Calon haji Indonesia berziarah di pemakaman Ma'la, Makkah, Arab Saudi, Jumat, 25 Mei 2025. ANTARA FOTO/Andika Wahyu
3 Jemaah Haji Kota Bekasi Meninggal di Tanah Suci
Antonio • 4 June 2026 17:51
Bekasi: Sebanyak tiga jemaah haji asal Kota Bekasi meninggal dunia saat menjalankan ibadah haji tahun 2026 di Tanah Suci. Dua di antaranya wafat setelah menyelesaikan rangkaian utama ibadah haji, sementara satu jamaah meninggal sebelum pelaksanaan puncak ibadah haji atau Armuzna.
Kepala Kantor Kementerian Haji Kota Bekasi, Rian Fauzi, menyampaikan ketiga jamaah tersebut berasal dari wilayah yang berbeda di Kota Bekasi.
"Untuk jamaah haji asal Kota Bekasi ada tiga jamaah yang meninggal di Tanah Suci. Dua jamaah telah melaksanakan seluruh rangkaian ibadah hajinya, sedangkan satu jamaah meninggal di Madinah sebelum Armuzna," kata Rian, Kamis, 4 Juni 2026.
Berdasarkan data Kantor Kementerian Haji Kota Bekasi, jemaah pertama yang meninggal dunia adalah Arif Nugroho Basuki, usia 58 tahun, warga Kelurahan Marga Mulya, Kecamatan Bekasi Utara. Arif wafat di Madinah sebelum memasuki fase Armuzna.
Jemaah kedua, Matrodji Mardjuki, usia 65 tahun, warga Pondok Ungu, Kecamatan Medan Satria, meninggal dunia di Mina ketika pelaksanaan ibadah haji berlangsung.
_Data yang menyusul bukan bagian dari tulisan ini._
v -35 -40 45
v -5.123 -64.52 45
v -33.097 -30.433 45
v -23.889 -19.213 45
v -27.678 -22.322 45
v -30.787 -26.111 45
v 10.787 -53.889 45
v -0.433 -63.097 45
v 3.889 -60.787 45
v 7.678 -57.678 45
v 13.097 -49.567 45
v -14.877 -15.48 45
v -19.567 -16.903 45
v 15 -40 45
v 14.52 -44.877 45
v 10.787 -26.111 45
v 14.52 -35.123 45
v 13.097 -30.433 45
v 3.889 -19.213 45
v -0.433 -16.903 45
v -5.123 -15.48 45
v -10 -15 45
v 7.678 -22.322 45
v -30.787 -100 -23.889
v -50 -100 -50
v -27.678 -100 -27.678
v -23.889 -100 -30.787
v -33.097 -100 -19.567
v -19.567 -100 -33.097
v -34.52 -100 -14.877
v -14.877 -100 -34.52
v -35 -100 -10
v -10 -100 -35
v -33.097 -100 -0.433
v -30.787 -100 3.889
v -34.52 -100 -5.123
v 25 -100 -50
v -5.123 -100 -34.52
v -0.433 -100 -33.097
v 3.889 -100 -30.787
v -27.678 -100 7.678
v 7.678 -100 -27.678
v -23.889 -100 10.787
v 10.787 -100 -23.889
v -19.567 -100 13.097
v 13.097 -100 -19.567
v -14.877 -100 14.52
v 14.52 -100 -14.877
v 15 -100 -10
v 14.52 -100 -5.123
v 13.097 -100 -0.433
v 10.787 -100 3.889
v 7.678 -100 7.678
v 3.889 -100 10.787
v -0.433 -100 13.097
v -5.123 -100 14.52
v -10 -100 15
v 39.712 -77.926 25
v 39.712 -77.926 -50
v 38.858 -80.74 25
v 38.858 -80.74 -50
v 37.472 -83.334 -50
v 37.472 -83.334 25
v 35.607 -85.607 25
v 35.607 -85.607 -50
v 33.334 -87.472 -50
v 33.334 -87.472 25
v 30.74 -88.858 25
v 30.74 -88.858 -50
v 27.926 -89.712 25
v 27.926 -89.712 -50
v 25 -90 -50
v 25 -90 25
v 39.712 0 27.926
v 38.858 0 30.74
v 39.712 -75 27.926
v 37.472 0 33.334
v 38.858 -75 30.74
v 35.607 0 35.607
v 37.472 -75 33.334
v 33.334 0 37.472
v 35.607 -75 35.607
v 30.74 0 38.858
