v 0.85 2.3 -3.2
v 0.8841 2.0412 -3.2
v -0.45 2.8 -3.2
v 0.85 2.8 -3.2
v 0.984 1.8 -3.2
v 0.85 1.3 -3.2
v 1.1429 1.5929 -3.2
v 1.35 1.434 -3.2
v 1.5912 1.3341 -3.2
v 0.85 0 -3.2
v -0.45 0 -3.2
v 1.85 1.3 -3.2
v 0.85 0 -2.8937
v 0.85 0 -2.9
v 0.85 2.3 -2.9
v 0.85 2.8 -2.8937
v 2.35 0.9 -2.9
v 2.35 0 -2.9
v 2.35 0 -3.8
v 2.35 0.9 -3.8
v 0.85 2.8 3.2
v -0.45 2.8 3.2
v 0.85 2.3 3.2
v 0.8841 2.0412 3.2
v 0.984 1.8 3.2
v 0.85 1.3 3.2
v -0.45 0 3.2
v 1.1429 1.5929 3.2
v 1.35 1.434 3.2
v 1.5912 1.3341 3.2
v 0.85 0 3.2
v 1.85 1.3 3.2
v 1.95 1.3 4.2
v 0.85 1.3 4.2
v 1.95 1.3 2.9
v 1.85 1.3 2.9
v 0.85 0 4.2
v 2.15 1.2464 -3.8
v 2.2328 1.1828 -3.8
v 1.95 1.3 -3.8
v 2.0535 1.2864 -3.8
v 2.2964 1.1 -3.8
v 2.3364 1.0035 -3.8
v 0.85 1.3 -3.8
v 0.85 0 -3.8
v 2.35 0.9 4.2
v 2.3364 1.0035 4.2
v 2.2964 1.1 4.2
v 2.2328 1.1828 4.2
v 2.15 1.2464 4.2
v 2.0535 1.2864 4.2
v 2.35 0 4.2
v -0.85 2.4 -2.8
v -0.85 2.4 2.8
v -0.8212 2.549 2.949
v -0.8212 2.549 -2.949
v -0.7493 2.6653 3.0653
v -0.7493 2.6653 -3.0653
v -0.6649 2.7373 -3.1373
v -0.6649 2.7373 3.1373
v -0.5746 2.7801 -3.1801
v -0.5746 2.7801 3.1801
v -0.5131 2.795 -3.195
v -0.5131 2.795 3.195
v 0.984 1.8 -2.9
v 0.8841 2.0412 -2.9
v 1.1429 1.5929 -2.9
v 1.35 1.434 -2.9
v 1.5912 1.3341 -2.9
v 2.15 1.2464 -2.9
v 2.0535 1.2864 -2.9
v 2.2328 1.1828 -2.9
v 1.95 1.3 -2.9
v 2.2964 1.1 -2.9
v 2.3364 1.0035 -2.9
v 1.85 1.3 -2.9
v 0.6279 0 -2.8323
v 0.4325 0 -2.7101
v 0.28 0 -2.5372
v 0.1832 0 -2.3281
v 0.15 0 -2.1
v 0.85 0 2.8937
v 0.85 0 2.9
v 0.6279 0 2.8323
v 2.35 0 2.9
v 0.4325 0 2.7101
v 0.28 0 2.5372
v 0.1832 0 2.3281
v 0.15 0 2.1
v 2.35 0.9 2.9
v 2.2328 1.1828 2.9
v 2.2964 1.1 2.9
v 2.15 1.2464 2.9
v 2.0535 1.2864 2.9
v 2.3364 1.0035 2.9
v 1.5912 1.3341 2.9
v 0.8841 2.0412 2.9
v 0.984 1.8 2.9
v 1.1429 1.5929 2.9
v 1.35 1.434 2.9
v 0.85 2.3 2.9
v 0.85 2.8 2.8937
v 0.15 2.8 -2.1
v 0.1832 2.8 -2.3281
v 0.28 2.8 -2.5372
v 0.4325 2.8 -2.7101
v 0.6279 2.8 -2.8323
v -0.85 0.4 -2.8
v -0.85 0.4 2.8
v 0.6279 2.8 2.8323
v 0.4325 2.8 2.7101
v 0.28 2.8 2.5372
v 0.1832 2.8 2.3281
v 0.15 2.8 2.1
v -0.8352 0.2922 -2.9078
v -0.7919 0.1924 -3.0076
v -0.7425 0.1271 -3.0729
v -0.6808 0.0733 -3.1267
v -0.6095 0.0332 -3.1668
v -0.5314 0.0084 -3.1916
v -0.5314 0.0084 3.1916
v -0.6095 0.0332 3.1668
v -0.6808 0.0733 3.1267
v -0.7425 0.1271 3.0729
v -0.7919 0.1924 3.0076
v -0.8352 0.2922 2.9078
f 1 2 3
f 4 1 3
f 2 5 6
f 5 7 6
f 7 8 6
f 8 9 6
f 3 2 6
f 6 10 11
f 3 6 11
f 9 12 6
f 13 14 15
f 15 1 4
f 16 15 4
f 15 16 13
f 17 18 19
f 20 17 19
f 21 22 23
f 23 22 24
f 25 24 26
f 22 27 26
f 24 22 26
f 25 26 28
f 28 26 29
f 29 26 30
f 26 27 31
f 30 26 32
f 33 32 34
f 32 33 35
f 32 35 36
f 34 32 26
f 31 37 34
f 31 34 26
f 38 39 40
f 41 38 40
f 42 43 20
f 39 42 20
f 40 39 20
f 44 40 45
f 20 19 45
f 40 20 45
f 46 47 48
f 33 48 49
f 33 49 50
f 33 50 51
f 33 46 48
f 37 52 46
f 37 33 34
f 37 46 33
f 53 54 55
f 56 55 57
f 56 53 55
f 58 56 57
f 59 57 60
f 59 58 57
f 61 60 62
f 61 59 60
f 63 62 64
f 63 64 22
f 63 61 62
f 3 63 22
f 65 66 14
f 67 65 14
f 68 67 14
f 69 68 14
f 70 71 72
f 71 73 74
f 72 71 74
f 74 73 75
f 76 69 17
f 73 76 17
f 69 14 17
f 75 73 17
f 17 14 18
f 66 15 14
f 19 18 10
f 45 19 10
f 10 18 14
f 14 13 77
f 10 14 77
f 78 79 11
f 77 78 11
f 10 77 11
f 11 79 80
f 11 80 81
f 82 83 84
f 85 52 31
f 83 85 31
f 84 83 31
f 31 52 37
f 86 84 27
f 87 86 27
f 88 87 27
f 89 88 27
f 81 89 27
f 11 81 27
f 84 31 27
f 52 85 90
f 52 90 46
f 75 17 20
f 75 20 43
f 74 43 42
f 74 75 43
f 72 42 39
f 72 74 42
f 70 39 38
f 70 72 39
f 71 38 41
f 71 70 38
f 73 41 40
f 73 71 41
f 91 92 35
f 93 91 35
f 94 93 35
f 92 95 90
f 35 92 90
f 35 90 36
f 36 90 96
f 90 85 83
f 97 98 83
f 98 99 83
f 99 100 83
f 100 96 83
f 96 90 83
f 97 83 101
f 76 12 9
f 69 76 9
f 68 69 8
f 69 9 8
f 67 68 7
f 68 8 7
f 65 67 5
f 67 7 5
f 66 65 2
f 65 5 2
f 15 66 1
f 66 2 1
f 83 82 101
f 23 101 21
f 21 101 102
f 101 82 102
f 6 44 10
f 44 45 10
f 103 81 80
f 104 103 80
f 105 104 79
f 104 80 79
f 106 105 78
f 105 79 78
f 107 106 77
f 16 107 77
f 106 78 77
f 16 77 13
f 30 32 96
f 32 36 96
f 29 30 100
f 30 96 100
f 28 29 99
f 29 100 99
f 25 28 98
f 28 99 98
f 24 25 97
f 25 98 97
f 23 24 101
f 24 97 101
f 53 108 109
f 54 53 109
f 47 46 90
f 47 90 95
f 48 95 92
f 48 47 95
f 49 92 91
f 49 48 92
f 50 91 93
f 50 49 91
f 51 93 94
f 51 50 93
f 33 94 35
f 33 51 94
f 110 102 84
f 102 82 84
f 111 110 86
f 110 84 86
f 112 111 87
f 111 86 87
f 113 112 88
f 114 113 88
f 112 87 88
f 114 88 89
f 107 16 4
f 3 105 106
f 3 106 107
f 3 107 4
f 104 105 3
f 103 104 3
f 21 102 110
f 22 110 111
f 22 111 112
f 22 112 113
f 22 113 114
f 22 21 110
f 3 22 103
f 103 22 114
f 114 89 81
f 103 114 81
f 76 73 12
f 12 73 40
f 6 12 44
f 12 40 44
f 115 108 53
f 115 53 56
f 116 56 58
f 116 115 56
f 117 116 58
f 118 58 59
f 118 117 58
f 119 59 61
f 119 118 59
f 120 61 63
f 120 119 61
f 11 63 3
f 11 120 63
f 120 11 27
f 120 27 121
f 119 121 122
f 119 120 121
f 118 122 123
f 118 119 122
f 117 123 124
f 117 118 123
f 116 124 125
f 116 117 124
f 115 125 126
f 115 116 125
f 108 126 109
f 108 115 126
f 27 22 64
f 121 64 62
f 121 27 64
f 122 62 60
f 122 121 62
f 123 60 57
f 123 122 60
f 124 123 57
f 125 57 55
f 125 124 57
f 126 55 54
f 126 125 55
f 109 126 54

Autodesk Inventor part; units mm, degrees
ref_plane "YZ Plane" through (0, 0, 0) normal (1, 0, 0) x (0, 1, 0)
ref_plane "XZ Plane" through (0, 0, 0) normal (0, 1, 0) x (-1, 0, 0)
ref_plane "XY Plane" through (0, 0, 0) normal (0, 0, 1) x (1, 0, 0)
sketch "Sketch1" plane through (0, 0, 0) normal (0, 1, 0) x (-1, 0, 0)
  line L0 (0.85, 3.2) -> (-0.85, 3.2)
  line L1 (-0.85, 3.2) -> (-0.85, -3.2)
  line L2 (-0.85, -3.2) -> (0.85, -3.2)
  line L3 (0.85, -3.2) -> (0.85, 3.2)
  line L4 (0.85, 3.2) -> (-0.85, -3.2) construction
  line L5 (-0.85, 3.2) -> (0.85, -3.2) construction
  line L6 (-0.85, -1.3) -> (-2.35, -1.3) construction
  line L7 (-2.35, -1.3) -> (-2.35, -3.4525)
  line L8 (-0.85, -3.2) -> (-0.85, -1.3)
  line L9 (-2.35, -3.4525) -> (-2.35, -3.8)
  line L10 (-2.35, -3.8) -> (-0.85, -3.8)
  line L11 (-0.85, -3.8) -> (-0.85, -3.2)
  line L12 (-2.35, -2.9) -> (-0.85, -2.9)
  line L13 (0, 0) -> (-4.1965, 0) construction
  line L14 (-2.35, 1.3) -> (-2.35, 3.4525)
  line L15 (-2.35, 2.9) -> (-0.85, 2.9)
  line L16 (-0.85, 2.9) -> (-2.35, 2.9)
  line L17 (-2.35, 2.9) -> (-2.35, 4.2)
  line L18 (-2.35, 4.2) -> (-0.85, 4.2)
  line L19 (-0.85, 4.2) -> (-0.85, 2.9)
  line L20 (-0.85, 2.9) -> (-0.15, 2.9)
  line L21 (-0.15, 2.9) -> (-0.15, -2.9)
  line L22 (-0.15, -2.9) -> (-0.85, -2.9)
  line L23 (-0.85, -2.9) -> (-0.85, 2.9)
  point P0 (-0.85, 2.9)
  point P1 (-0.85, -2.9)
  point P2 (-2.35, 3.4525)
  point P3 (-0.85, 2.9)
  point P4 (-0.85, -2.9)
  dimension "d0" = 1.3
  dimension "d2" = 1.7
  dimension "d3" = 1.5
  dimension "d5" = 1.9
  dimension "d7" = 2.9
  dimension "d13" = 1
  dimension "d14" = 2.5
  dimension "d18" = 0.7
extrude "Extrusion1" add sketch "Sketch1" along normal blind 2.8 contours L3 L2 L1 L22 L21 L20 L0 | L1 L15 L14 L17 L18 L19 | L11 L10 L9 L7 L12 L1
sketch "Sketch2" plane through (0, 0, 0) normal (0, 0, 1) x (1, 0, 0)
  line L0 (0.85, 2.8) -> (2.35, 2.8)
  line L1 (2.35, 2.8) -> (2.35, 1.3)
  line L2 (2.35, 1.3) -> (0.85, 1.3)
  line L3 (0.85, 1.3) -> (0.85, 2.8)
  line L4 (2.35, 0) -> (2.35, 2.8) projected
  line L5 (0.85, 0) -> (0.85, 2.8) projected
  line L6 (0.85, 2.8) -> (2.35, 2.8) projected
  dimension "d15" = 1.5
extrude "Extrusion2" cut sketch "Sketch2" along normal through all both and the other way through all
fillet "Fillet1" radius 0.8 2 edges at (0.15, 1.4, -2.9) (0.15, 1.4, 2.9)
fillet "Fillet1" radius 1 2 edges at (0.85, 1.3, 3.05) (0.85, 1.3, -3.05)
fillet "Fillet1" radius 0.4 2 edges at (2.35, 1.3, 3.55) (2.35, 1.3, -3.35)
fillet "Fillet1" radius 0.4 4 edges at (-0.85, 2.8, 0) (-0.85, 0, 0) (-0.85, 1.4, -3.2) (-0.85, 1.4, 3.2)
equation "\"button_height\" = 1.3"
properties part number "Button"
Adapun jemaah ketiga, M Suwarman, usia 67 tahun, warga Perumahan Pondok Cipta, Kelurahan Bintara, Kecamatan Bekasi Barat, meninggal dunia di hotel tempatnya menginap di Makkah setelah menyelesaikan rangkaian Armuzna.
Rian mengatakan pihaknya telah melakukan takziah kepada keluarga ketiga jemaah sebagai bentuk empati dan dukungan kepada ahli waris.
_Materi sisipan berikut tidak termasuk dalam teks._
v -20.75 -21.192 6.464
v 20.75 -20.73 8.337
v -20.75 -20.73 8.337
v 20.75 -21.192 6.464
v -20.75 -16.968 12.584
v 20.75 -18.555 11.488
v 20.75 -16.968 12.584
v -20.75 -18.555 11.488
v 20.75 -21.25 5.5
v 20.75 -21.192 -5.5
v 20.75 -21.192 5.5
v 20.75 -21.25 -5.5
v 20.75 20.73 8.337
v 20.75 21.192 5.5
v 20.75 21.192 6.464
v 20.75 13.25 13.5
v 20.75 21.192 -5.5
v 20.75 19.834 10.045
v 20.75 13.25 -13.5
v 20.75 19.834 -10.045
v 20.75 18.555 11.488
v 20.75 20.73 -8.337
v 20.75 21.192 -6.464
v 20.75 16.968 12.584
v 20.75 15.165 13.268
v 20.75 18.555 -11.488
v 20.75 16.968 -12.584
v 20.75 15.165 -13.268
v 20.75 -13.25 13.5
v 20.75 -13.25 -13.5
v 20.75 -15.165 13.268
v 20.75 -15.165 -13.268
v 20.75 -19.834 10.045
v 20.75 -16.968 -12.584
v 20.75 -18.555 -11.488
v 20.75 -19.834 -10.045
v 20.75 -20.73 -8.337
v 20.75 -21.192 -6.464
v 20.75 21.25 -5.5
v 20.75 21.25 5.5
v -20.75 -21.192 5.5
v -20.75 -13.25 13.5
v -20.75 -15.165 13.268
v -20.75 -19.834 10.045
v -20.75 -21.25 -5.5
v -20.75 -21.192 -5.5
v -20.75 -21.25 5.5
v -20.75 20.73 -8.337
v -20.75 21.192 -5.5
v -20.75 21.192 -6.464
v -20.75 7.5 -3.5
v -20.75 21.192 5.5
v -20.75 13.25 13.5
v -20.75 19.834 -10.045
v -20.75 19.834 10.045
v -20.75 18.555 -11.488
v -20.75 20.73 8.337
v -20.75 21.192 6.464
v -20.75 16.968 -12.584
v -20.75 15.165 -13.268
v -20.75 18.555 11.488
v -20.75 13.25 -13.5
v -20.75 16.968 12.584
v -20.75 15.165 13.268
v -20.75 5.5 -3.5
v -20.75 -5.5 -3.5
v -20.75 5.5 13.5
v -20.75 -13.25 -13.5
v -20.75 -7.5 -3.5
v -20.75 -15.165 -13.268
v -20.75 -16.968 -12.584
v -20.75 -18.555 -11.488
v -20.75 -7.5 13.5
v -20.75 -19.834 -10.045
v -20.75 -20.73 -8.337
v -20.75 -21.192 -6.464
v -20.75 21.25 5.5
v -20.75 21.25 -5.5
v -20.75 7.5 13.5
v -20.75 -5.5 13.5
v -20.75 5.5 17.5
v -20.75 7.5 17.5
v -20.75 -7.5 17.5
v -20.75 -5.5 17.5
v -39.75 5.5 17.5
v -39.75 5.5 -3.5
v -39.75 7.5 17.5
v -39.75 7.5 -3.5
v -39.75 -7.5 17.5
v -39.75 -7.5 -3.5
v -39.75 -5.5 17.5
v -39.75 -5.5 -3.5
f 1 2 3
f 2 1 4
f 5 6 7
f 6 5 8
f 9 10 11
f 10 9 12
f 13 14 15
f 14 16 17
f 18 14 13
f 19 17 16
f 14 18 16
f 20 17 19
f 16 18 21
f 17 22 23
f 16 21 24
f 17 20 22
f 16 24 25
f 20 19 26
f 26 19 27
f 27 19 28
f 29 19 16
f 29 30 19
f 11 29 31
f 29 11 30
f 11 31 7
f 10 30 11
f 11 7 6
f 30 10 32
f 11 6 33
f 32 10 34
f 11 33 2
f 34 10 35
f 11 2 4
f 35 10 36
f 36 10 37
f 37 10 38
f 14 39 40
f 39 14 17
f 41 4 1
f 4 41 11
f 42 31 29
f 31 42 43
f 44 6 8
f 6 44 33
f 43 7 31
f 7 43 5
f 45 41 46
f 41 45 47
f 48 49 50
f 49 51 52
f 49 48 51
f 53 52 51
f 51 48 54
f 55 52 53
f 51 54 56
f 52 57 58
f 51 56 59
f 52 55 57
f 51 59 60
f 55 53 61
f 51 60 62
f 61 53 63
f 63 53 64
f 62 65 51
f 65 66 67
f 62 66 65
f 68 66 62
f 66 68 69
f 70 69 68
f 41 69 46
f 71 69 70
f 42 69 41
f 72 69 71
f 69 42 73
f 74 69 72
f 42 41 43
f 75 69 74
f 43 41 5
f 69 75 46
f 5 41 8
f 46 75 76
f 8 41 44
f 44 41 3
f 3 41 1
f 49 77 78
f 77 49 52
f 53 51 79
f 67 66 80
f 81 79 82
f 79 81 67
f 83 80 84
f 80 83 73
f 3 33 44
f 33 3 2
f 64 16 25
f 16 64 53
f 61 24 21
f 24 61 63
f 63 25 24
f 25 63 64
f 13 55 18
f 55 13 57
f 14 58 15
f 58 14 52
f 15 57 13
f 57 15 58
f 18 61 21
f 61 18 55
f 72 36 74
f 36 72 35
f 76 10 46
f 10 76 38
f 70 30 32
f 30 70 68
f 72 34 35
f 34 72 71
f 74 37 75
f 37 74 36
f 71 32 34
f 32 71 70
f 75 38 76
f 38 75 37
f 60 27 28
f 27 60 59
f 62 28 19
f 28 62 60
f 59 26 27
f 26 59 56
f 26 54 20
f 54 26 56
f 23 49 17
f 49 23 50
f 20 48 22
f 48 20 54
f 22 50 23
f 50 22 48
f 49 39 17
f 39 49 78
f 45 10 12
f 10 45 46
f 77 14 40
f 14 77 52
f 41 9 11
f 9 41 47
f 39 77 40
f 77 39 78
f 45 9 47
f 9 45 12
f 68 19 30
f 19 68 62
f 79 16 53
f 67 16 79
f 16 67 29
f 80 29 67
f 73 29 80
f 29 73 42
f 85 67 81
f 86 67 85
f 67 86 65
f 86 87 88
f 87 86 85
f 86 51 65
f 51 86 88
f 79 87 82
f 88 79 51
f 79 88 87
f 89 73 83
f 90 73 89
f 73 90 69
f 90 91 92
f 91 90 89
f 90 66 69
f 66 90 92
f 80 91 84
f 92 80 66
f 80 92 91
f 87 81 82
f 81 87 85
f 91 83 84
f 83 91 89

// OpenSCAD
// Library: twentyWUSBCBlock.scad
// Version: 1.0.0
// Author: David Bowers
// Copyright: 2022
// License: 2-clause BSD License (http://opensource.org/licenses/BSD-2-Clause)

// twenty_charger_block(length, width, height, edge_radius);

// EXAMPLE USAGE:
// twenty_charger_block();

include <MCAD/boxes.scad>

block_length = 41.5;
block_edge_rad = 8;

function get_block_length() = block_length;
function get_block_edge_rad() = block_edge_rad;

module prong(
    length = 19,
    width = 7,
    thickness = 2
    )
    {
        translate([-length/2,0,0])
        rotate([0,0,90])        
        cube([thickness, length, width], center = true);
    }

module twenty_charger_block(
    length = block_length, 
    width = 42.5,
    height = 27, 
    edge_radius = block_edge_rad)
{
    rotate([0,90,0])
    roundedBox(
        size=[ height, width, length],
        radius=edge_radius,
        sidesonly=true
    );
    for (z = [0 : 2]){
        for (i = [1, -1]){
        translate([-length/2, i*6.5, z*7])
        prong();
        }
    }

}

twenty_charger_block();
"Kami sudah melakukan takziah kepada keluarga yang ditinggalkan. Ini sebagai bentuk rasa empati kepada jemaah haji dan keluarganya," ujar Rian.
.jpeg)
Ibadah haji. Foto: Metro TV/Misbahol
Rian menjelaskan Kantor Kementerian Haji Kota Bekasi terus berkoordinasi terkait kepulangan jemaah yang masih berada di Arab Saudi. Koordinasi juga dilakukan untuk memastikan pendampingan terhadap keluarga jemaah yang meninggal dunia berjalan dengan baik.
Pihaknya memastikan pelayanan terhadap jemaah asal Kota Bekasi yang masih berada di Tanah Suci tetap dilakukan hingga seluruh proses pemulangan ke Indonesia selesai sesuai jadwal.